--- What the task requires ---
Whichever lines include the word "CONE", copy them as they appear in the data.

---------- The data ----------

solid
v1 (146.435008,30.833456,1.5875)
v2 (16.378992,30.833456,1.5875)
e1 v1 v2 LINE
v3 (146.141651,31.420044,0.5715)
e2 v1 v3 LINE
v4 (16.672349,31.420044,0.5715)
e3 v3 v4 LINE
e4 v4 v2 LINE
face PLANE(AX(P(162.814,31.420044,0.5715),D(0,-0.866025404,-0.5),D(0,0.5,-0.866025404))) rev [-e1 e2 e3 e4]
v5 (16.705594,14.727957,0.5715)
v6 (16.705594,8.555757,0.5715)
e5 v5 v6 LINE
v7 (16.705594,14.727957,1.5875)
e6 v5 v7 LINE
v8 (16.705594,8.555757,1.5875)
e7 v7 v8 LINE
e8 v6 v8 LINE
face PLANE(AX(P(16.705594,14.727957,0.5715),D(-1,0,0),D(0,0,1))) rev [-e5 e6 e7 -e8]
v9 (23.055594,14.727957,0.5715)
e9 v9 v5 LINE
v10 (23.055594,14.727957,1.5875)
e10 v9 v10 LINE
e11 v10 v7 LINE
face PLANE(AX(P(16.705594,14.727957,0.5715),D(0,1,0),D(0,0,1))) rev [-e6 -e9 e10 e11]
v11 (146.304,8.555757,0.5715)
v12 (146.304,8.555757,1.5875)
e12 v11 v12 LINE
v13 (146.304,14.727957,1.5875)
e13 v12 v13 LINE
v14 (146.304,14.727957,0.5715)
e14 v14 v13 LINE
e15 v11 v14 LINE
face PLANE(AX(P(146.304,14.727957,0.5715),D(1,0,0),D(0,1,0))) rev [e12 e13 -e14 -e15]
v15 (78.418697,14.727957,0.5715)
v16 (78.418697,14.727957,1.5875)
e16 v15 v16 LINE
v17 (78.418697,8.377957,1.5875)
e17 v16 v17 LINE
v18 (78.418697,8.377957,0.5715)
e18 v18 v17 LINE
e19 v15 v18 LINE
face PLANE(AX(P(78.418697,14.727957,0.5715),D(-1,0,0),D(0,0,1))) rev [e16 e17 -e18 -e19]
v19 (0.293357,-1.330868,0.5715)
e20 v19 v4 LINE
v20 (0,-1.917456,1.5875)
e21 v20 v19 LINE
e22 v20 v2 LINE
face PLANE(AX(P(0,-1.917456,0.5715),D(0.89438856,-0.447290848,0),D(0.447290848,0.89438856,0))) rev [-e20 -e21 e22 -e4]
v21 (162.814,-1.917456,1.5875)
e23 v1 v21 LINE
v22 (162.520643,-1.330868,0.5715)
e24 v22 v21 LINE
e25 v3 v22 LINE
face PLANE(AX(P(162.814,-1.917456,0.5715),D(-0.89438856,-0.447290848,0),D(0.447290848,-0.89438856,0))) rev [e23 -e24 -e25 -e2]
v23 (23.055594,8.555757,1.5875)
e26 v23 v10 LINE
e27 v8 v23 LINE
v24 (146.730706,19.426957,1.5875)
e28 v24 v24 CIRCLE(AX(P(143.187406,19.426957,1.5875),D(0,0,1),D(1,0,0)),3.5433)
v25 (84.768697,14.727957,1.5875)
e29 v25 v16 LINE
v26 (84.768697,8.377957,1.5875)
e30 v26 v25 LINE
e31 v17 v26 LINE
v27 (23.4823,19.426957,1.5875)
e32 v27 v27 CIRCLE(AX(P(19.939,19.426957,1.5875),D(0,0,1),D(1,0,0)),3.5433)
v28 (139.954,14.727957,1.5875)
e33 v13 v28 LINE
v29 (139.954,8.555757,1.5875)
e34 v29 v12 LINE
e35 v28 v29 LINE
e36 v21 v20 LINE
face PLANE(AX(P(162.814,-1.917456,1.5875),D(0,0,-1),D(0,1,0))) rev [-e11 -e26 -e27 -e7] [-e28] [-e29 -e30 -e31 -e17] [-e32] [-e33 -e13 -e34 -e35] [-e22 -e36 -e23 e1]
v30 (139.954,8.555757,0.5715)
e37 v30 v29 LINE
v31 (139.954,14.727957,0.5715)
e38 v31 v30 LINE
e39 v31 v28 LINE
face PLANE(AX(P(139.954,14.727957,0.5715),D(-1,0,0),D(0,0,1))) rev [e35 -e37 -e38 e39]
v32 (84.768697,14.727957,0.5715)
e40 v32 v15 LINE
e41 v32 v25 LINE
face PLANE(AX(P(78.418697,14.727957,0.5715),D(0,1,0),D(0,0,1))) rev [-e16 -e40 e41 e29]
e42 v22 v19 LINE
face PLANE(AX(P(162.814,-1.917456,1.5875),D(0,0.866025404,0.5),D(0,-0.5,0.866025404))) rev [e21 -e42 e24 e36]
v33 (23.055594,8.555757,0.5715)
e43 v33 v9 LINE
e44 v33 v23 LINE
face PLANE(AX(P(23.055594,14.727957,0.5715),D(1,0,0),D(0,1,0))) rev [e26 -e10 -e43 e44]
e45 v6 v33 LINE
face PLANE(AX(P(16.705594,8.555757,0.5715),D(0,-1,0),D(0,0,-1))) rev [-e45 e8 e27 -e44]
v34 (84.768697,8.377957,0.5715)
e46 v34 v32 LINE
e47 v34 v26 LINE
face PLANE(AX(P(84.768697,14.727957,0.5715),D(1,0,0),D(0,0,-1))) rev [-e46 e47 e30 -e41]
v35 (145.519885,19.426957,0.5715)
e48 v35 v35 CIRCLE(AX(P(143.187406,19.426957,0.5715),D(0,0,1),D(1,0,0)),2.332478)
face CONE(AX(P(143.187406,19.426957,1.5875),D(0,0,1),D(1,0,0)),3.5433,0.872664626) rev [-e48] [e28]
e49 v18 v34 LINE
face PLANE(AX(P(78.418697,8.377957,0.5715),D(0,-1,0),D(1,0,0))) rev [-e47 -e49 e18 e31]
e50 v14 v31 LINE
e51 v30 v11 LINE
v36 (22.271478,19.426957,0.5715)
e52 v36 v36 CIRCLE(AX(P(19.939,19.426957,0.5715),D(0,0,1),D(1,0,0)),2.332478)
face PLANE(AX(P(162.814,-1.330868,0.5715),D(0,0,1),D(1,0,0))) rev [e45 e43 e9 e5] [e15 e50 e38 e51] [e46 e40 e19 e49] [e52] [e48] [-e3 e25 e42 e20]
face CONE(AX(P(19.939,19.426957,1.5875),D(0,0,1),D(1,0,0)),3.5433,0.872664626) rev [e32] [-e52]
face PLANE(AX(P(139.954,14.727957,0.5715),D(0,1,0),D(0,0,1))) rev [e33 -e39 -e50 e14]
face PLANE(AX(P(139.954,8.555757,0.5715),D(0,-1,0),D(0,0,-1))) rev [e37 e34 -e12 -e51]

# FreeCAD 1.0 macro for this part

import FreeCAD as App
import Part
import Sketcher
from FreeCAD import Vector
Q = App.Units.Quantity


def add_polygon(sketch, points):
    """Adds a closed chain of lines whose ends are joined by coincident constraints."""
    first, n = sketch.GeometryCount, len(points)
    for a, b in zip(points, points[1:] + points[:1]):
        sketch.addGeometry(Part.LineSegment(App.Vector(*a, 0), App.Vector(*b, 0)), False)
    for i in range(n):
        sketch.addConstraint(Sketcher.Constraint("Coincident", first + i, 2, first + (i + 1) % n, 1))

doc = App.newDocument("Part")
params = doc.addObject("Spreadsheet::Sheet", "Params")
for row, (alias, value) in enumerate([
    ("pad1_length", "6.41 in"),
    ("sketch2_height", "1.3125 in"),
    ("sketch3_width", "0.25 in"),
    ("sketch3_height", "0.243 in"),
    ("sketch4_height", "0.04 in"),
    ("groove_angle", "360 deg"),
    ("linearpattern_pitch", "123.248406 mm"),
], start=1):
    params.set(f"A{row}", alias)
    params.set(f"B{row}", "=" + value)
    params.setAlias(f"B{row}", alias)

body = doc.addObject("PartDesign::Body", "Body")

# Sketch on YZ plane
sketch1 = doc.addObject("Sketcher::SketchObject", "Sketch")
body.addObject(sketch1)
sketch1.AttachmentSupport = (doc.YZ_Plane, [""])
sketch1.MapMode = "FlatFace"
add_polygon(sketch1, [(31.4, 0.6), (30.8, 1.6), (-1.9, 1.6), (-1.3, 0.6)])  # lines 0-3
sketch1.addConstraint([
    Sketcher.Constraint("Horizontal", 1),
    Sketcher.Constraint("Horizontal", 3),
    Sketcher.Constraint("Parallel", 0, 2),
    Sketcher.Constraint("Angle", 0, Q("120 deg")),
    Sketcher.Constraint("DistanceY", 2, 2, 1, 2, Q("0.04 in")),
    Sketcher.Constraint("DistanceY", -1, 1, 0, 2, Q("0.0625 in")),
    Sketcher.Constraint("DistanceX", 1, 2, 3, 2, Q("1.3125 in")),
    Sketcher.Constraint("DistanceX", -1, 1, 0, 2, 30.833456),
])
pad1 = doc.addObject("PartDesign::Pad", "Pad")
body.addObject(pad1)
pad1.Profile = sketch1
pad1.setExpression("Length", "Params.pad1_length")

# Sketch on XY plane
sketch2 = doc.addObject("Sketcher::SketchObject", "Sketch001")
body.addObject(sketch2)
sketch2.AttachmentSupport = (doc.XY_Plane, [""])
sketch2.MapMode = "FlatFace"
sketch2.AttachmentOffset = App.Placement(Vector(0, 0, 0.0625 * 25.4), App.Rotation())
add_polygon(sketch2, [(0, -2), (17, 31), (0, 31)])  # lines 0-2
add_polygon(sketch2, [(146, 31), (163, -2), (163, 31)])  # lines 3-5
sketch2.addConstraint([
    Sketcher.Constraint("Horizontal", 1),
    Sketcher.Constraint("Vertical", 2),
    Sketcher.Constraint("Vertical", 4),
    Sketcher.Constraint("Horizontal", 5),
    Sketcher.Constraint("PointOnObject", 1, 2, -2),
    Sketcher.Constraint("Horizontal", 2, 2, 3, 2),
    Sketcher.Constraint("Horizontal", 1, 2, 4, 2),
    Sketcher.Constraint("Equal", 1, 5),
    Sketcher.Constraint("DistanceY", 2, 2, 2, 1, Q("1.3125 in")),
    Sketcher.Constraint("DistanceX", -1, 1, 3, 2, Q("6.41 in")),
    Sketcher.Constraint("Angle", 0, Q("63.43 deg")),
    Sketcher.Constraint("DistanceY", -1, 1, 0, 2, 31.420044),
])
sketch2.setExpression("Constraints[14]", "Params.sketch2_height")
pocket1 = doc.addObject("PartDesign::Pocket", "Pocket")
body.addObject(pocket1)
pocket1.Profile = sketch2
pocket1.Type = "ThroughAll"

# Sketch on XY plane
sketch3 = doc.addObject("Sketcher::SketchObject", "Sketch002")
body.addObject(sketch3)
sketch3.AttachmentSupport = (doc.XY_Plane, [""])
sketch3.MapMode = "FlatFace"
sketch3.AttachmentOffset = App.Placement(Vector(0, 0, 0.0625 * 25.4), App.Rotation())
add_polygon(sketch3, [(17, 15), (17, 9), (23, 9), (23, 15)])  # lines 0-3
add_polygon(sketch3, [(140, 15), (140, 9), (146, 9), (146, 15)])  # lines 4-7
add_polygon(sketch3, [(78, 15), (78, 8), (85, 8), (85, 15)])  # lines 8-11
sketch3.addConstraint([
    Sketcher.Constraint("Vertical", 0),
    Sketcher.Constraint("Horizontal", 1),
    Sketcher.Constraint("Vertical", 2),
    Sketcher.Constraint("Horizontal", 3),
    Sketcher.Constraint("Vertical", 4),
    Sketcher.Constraint("Horizontal", 5),
    Sketcher.Constraint("Vertical", 6),
    Sketcher.Constraint("Horizontal", 7),
    Sketcher.Constraint("Vertical", 8),
    Sketcher.Constraint("Horizontal", 9),
    Sketcher.Constraint("Vertical", 10),
    Sketcher.Constraint("Horizontal", 11),
    Sketcher.Constraint("Horizontal", 1, 2, 4, 2),
    Sketcher.Constraint("Horizontal", 3, 2, 6, 2),
    Sketcher.Constraint("Horizontal", 7, 2, 10, 2),
    Sketcher.Constraint("Equal", 3, 5),
    Sketcher.Constraint("Equal", 7, 9),
    Sketcher.Constraint("Equal", 11, 8),
    Sketcher.Constraint("DistanceX", 1, 1, 1, 2, Q("0.25 in")),
    Sketcher.Constraint("DistanceY", 0, 2, 0, 1, Q("0.243 in")),
    Sketcher.Constraint("DistanceX", -1, 1, 4, 2, Q("5.51 in")),
    Sketcher.Constraint("DistanceX", -1, 1, 0, 2, 16.705594),
    Sketcher.Constraint("DistanceY", -1, 1, 0, 2, 8.555757),
    Sketcher.Constraint("DistanceX", -1, 1, 8, 2, 78.418697),
])
sketch3.setExpression("Constraints[30]", "Params.sketch3_width")
sketch3.setExpression("Constraints[31]", "Params.sketch3_height")
pocket2 = doc.addObject("PartDesign::Pocket", "Pocket001")
body.addObject(pocket2)
pocket2.Profile = sketch3
pocket2.Type = "ThroughAll"

# Sketch on YZ plane
sketch4 = doc.addObject("Sketcher::SketchObject", "Sketch003")
body.addObject(sketch4)
sketch4.AttachmentSupport = (doc.YZ_Plane, [""])
sketch4.MapMode = "FlatFace"
sketch4.AttachmentOffset = App.Placement(Vector(0, 0, 0.785 * 25.4), App.Rotation())
add_polygon(sketch4, [(19.43, 0.57), (19.43, 1.59), (15.88, 1.59), (17.53, 0.21), (17.53, 0.57)])  # lines 0-4
sketch4.addGeometry(Part.LineSegment(Vector(19.43, 1.59, 0), Vector(19.43, 0.21, 0)), True)  # axis
sketch4.addConstraint([
    Sketcher.Constraint("Vertical", 0),
    Sketcher.Constraint("Horizontal", 1),
    Sketcher.Constraint("Vertical", 3),
    Sketcher.Constraint("Horizontal", 4),
    Sketcher.Constraint("Vertical", 5),
    Sketcher.Constraint("Coincident", 5, 1, 0, 2),
    Sketcher.Constraint("Horizontal", 2, 2, 5, 2),
    Sketcher.Constraint("Angle", 2, Q("-40 deg")),
    Sketcher.Constraint("DistanceY", 0, 1, 0, 2, Q("0.04 in")),
    Sketcher.Constraint("DistanceX", 1, 2, 1, 1, Q("0.1395 in")),
    Sketcher.Constraint("DistanceY", -1, 1, 0, 2, Q("0.0625 in")),
    Sketcher.Constraint("DistanceX", 4, 1, 4, 2, 1.89865),
    Sketcher.Constraint("DistanceX", -1, 1, 0, 2, 19.426957),
])
sketch4.setExpression("Constraints[13]", "Params.sketch4_height")
groove = doc.addObject("PartDesign::Groove", "Groove")
body.addObject(groove)
groove.Profile = sketch4
groove.ReferenceAxis = (sketch4, ["Axis0"])
groove.setExpression("Angle", "Params.groove_angle")
doc.recompute()

linearpattern = doc.addObject("PartDesign::LinearPattern", "LinearPattern")
body.addObject(linearpattern)
linearpattern.Originals = [groove]
linearpattern.Direction = (doc.X_Axis, [""])
linearpattern.Mode = "offset"
linearpattern.setExpression("Offset", "Params.linearpattern_pitch")
linearpattern.Occurrences = 2
body.Tip = linearpattern

doc.recompute()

----------

--- Exercise solution ---
face CONE(AX(P(143.187406,19.426957,1.5875),D(0,0,1),D(1,0,0)),3.5433,0.872664626) rev [-e48] [e28]
face CONE(AX(P(19.939,19.426957,1.5875),D(0,0,1),D(1,0,0)),3.5433,0.872664626) rev [e32] [-e52]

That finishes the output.